Forty years ago, the exams required us to put our pens and pencils into a see-through bag to prevent any smuggling of text books into the exam hall. Any quotes had to be learnt by heart. I expect the examiners got sick to death of reading: “Beware the Ides of March,” and “Friends, Romans, Countrymen, lend me your ears,” in the Julius Caesar answers. They were certainly the two quotes I used. (For my A level Shakespeare I pretty much relied on “Goats and monkeys” from Othello and the stage direction “Exit pursued by a bear” for The Winter’s Tale.)

With eight O levels under my wide, elasticated 1970s belt I went off to do A levels, just three (it was the norm unless you were going to be a doctor), at the local technical college. I studied English, political history and economics from a limited number of options. At university, I went off to do politics and changed to economics. Boy, did I know how to live.

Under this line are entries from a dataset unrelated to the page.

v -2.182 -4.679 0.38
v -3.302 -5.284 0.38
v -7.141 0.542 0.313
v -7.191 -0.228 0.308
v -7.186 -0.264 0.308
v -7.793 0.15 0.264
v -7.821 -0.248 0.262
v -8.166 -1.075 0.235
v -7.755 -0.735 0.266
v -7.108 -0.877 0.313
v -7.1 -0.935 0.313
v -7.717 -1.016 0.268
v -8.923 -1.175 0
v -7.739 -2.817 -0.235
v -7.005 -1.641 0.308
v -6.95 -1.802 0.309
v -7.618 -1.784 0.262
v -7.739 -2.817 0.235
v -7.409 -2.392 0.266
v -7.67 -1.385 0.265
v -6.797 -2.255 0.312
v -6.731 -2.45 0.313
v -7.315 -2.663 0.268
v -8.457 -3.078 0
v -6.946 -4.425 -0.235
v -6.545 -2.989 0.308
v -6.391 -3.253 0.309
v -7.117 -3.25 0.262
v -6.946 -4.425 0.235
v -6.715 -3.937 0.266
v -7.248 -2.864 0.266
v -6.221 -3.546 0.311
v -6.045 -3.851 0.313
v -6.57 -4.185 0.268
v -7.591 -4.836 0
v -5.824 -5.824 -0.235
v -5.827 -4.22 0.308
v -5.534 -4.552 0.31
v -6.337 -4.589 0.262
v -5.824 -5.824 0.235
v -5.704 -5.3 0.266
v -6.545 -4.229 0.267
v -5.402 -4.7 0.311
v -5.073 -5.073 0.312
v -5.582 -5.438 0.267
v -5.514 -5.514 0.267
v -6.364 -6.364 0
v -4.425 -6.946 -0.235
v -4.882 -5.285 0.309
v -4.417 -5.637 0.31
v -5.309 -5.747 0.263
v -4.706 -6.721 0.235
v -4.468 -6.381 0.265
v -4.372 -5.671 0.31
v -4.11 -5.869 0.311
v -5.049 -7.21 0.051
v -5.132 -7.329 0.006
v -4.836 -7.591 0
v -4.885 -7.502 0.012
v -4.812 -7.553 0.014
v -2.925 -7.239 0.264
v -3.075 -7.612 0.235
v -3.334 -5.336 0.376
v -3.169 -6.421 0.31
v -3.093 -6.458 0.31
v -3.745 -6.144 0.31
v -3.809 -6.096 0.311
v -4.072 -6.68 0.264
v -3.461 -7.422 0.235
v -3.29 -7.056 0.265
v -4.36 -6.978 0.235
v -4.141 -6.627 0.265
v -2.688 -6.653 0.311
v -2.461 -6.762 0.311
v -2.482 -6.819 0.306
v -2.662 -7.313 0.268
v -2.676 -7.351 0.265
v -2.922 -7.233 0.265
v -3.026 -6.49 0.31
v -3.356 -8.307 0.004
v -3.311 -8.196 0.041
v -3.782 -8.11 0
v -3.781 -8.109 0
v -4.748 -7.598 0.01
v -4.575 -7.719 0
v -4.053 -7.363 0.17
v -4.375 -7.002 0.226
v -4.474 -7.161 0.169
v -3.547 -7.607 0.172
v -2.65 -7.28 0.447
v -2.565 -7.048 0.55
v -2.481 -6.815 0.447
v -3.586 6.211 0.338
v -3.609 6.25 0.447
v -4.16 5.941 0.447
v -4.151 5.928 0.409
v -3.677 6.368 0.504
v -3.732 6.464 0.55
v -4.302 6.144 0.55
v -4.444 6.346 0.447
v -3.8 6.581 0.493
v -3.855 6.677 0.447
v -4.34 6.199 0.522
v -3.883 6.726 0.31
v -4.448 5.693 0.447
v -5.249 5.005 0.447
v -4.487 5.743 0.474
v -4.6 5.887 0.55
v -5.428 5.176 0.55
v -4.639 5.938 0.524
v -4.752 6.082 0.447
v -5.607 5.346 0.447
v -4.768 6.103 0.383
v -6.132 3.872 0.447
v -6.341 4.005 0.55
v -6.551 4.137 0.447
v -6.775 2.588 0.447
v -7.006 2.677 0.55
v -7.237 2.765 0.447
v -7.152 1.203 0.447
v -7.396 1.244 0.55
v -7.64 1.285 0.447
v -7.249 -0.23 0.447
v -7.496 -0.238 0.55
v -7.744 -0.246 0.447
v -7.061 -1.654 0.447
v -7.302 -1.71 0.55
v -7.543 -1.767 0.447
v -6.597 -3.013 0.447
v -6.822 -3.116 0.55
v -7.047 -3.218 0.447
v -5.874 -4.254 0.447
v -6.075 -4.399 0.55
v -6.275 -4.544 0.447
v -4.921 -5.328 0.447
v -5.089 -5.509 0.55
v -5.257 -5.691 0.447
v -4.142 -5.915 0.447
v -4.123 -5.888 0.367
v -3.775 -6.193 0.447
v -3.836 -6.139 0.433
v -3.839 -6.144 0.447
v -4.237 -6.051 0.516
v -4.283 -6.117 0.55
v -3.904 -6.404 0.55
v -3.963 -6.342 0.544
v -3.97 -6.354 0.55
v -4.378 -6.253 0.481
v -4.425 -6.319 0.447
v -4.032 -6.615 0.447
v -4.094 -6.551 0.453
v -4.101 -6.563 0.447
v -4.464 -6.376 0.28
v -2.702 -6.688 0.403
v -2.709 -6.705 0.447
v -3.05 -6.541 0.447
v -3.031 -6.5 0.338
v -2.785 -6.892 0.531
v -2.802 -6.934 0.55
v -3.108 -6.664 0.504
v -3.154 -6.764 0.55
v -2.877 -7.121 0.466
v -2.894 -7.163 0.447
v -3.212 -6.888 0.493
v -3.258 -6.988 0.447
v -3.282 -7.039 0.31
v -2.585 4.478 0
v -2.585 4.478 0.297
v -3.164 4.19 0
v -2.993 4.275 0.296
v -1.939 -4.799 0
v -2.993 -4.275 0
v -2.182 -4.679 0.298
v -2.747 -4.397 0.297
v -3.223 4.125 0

Today? Take your pick. Brewing and distilling, circus and physical performance, hand embroidery, floral design, theatre practice and puppetry, ethical hacking, games, imaginative writing. I have to say I’m drawn to puppetry, having two grandsons who adore Sooty and Sweep. “Where’s Sooty’s stick?” demands little George when I grapple inexpertly with the little yellow bear puppet (he is referring, of course, to Sooty’s magic wand). “Sooty lost it,” I lie.

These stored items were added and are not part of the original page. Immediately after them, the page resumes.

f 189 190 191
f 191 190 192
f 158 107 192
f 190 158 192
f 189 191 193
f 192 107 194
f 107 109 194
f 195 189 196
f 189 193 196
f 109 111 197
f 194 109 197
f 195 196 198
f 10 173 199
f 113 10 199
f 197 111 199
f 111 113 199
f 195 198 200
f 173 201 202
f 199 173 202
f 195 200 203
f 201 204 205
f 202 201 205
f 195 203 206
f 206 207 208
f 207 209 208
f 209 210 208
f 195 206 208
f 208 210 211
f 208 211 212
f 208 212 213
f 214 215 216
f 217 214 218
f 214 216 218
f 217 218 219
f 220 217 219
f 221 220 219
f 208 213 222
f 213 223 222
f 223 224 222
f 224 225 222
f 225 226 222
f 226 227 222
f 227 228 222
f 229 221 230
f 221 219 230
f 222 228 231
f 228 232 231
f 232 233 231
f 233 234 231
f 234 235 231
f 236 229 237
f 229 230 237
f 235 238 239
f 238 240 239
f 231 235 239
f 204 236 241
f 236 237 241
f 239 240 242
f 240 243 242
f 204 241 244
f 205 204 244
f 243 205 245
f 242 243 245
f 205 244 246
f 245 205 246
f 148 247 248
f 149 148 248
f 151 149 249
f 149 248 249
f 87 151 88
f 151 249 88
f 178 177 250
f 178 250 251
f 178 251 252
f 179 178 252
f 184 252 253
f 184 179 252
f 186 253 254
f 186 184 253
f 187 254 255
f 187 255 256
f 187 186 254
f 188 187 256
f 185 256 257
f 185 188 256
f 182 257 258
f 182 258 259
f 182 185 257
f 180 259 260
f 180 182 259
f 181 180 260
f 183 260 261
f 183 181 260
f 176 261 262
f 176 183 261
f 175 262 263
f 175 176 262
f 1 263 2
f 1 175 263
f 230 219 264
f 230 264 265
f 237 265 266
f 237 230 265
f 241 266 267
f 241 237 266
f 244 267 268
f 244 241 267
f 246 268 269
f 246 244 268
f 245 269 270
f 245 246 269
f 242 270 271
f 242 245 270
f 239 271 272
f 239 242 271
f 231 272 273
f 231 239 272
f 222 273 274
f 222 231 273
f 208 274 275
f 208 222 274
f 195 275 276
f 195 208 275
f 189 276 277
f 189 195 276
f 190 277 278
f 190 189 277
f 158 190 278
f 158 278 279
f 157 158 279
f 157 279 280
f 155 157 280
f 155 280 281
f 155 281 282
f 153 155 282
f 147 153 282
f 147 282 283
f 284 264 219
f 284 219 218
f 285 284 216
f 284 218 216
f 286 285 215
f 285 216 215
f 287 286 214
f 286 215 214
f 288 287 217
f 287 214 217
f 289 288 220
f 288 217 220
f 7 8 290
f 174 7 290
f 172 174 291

Before I went off to uni, a small chap from British Road Services, arrived on our doorstep to pick up my large metal trunk stuffed with books, towels and bedlinen. It was bigger than he was but, without the faintest stagger, he hitched it up over his shoulder, walked down the front path and set it down in the back of his lorry. I got my first pang of homesickness as the van drove off. My younger sister, happily, showed no interest in moving into my bedroom when I went away. Just as well because I’d booby-trapped my bed.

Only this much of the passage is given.